[Stored data]
┌──

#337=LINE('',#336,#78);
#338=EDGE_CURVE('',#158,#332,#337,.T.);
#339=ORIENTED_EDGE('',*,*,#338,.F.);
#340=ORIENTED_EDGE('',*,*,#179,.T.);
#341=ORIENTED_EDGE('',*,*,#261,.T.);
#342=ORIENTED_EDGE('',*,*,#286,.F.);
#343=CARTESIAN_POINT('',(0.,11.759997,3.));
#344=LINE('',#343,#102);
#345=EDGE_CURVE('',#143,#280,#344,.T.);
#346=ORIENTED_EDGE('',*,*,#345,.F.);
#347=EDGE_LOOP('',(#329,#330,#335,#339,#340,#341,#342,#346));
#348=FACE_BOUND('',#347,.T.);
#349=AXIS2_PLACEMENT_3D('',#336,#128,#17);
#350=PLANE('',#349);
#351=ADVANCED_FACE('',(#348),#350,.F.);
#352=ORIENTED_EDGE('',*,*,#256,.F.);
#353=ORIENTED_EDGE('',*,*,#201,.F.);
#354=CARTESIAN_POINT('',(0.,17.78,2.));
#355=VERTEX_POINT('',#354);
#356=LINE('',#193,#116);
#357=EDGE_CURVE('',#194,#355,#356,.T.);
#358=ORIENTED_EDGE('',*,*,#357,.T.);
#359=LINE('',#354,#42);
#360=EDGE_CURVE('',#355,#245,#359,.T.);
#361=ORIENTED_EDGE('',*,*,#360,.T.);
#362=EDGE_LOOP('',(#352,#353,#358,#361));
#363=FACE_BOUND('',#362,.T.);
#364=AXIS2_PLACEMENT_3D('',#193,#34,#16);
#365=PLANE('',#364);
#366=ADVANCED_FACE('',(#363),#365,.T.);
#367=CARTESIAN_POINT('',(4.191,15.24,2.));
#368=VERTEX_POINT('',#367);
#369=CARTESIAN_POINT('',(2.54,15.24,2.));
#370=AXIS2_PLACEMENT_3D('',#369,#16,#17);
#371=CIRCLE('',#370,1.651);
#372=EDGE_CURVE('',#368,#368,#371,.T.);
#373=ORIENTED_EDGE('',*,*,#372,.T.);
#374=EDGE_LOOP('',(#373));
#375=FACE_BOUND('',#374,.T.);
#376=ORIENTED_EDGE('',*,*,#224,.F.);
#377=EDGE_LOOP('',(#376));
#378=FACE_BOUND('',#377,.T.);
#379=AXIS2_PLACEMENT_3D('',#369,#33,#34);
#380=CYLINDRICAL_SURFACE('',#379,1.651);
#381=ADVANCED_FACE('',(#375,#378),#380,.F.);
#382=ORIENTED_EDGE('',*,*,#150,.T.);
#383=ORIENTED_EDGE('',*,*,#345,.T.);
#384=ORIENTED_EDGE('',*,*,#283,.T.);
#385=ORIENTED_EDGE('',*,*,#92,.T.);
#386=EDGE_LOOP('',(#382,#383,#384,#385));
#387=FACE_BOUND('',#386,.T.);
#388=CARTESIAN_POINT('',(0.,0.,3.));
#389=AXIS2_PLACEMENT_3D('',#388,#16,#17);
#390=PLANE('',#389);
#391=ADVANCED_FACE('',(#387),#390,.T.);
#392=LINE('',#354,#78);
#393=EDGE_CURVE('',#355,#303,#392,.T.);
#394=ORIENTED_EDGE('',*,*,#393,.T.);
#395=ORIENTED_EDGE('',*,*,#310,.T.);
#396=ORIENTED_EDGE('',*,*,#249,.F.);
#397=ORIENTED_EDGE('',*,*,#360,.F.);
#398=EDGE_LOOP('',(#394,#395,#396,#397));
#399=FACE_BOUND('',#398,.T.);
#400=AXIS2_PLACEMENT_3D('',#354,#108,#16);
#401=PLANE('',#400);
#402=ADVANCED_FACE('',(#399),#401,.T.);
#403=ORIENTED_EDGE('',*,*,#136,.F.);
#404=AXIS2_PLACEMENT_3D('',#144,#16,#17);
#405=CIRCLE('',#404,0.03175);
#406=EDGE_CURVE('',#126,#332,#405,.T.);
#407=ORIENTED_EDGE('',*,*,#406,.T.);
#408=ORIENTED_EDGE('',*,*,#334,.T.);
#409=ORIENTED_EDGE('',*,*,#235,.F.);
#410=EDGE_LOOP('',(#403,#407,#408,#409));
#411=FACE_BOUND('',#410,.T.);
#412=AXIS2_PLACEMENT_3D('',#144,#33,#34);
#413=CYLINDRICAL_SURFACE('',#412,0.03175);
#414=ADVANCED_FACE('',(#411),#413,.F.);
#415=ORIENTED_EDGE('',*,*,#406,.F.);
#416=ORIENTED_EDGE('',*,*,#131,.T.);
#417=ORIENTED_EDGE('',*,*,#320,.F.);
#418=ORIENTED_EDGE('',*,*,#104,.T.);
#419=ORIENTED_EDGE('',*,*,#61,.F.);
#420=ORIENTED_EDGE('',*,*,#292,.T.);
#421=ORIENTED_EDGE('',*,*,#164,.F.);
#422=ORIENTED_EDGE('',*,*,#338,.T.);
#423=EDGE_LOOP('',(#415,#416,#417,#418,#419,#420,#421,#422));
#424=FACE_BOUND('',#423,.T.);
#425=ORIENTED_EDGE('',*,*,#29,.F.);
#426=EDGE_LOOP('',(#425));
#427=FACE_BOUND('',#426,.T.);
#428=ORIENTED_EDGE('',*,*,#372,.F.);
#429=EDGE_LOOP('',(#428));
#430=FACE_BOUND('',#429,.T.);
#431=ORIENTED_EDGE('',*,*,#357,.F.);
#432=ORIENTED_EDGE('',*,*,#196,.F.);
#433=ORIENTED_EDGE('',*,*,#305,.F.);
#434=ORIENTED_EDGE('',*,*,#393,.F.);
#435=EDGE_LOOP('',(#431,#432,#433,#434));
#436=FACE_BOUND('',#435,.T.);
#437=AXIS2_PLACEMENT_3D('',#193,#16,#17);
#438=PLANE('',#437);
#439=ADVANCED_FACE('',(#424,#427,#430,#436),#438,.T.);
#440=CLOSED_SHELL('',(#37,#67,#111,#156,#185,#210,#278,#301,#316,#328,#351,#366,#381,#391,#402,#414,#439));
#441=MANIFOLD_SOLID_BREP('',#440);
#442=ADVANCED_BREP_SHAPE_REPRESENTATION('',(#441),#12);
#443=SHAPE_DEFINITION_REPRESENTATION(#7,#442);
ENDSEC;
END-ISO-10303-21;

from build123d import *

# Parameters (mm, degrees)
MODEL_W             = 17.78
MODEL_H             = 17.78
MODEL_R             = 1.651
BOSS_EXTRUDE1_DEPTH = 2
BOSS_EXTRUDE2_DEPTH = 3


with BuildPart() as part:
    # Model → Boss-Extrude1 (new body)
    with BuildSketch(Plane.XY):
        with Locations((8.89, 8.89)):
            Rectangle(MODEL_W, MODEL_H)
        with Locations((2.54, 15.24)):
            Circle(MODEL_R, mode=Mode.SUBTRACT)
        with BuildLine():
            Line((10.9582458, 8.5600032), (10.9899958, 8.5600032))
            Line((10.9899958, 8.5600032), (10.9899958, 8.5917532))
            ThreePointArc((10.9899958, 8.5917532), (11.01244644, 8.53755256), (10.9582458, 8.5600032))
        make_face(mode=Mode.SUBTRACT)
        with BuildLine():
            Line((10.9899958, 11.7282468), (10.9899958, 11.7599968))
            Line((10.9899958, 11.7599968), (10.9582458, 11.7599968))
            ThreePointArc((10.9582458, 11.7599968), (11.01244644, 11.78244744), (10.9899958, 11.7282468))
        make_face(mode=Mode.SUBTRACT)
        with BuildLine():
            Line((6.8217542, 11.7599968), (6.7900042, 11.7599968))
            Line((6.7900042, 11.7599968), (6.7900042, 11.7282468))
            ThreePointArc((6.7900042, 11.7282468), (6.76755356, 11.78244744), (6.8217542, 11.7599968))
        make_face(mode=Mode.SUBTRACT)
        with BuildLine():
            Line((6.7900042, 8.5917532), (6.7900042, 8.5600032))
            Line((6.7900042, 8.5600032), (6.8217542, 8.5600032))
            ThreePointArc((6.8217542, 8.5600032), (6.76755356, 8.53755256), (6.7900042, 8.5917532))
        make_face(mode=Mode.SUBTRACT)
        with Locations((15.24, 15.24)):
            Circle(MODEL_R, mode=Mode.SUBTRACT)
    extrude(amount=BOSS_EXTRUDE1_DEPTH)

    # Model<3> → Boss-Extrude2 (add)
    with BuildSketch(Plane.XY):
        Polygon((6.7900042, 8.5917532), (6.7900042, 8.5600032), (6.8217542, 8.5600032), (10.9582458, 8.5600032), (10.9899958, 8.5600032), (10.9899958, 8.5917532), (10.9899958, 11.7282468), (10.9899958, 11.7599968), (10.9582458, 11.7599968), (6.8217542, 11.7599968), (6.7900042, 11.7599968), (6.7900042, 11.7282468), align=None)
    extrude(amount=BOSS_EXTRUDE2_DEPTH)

└──

EXERCISE DETAILS:
Return a word-for-word copy of the lines above from the one holding "from build123d import *" through the one holding "Rectangle(MODEL_W, MODEL_H)", with both of them included and nothing besides.

SOLVED EXERCISE:
from build123d import *

# Parameters (mm, degrees)
MODEL_W             = 17.78
MODEL_H             = 17.78
MODEL_R             = 1.651
BOSS_EXTRUDE1_DEPTH = 2
BOSS_EXTRUDE2_DEPTH = 3


with BuildPart() as part:
    # Model → Boss-Extrude1 (new body)
    with BuildSketch(Plane.XY):
        with Locations((8.89, 8.89)):
            Rectangle(MODEL_W, MODEL_H)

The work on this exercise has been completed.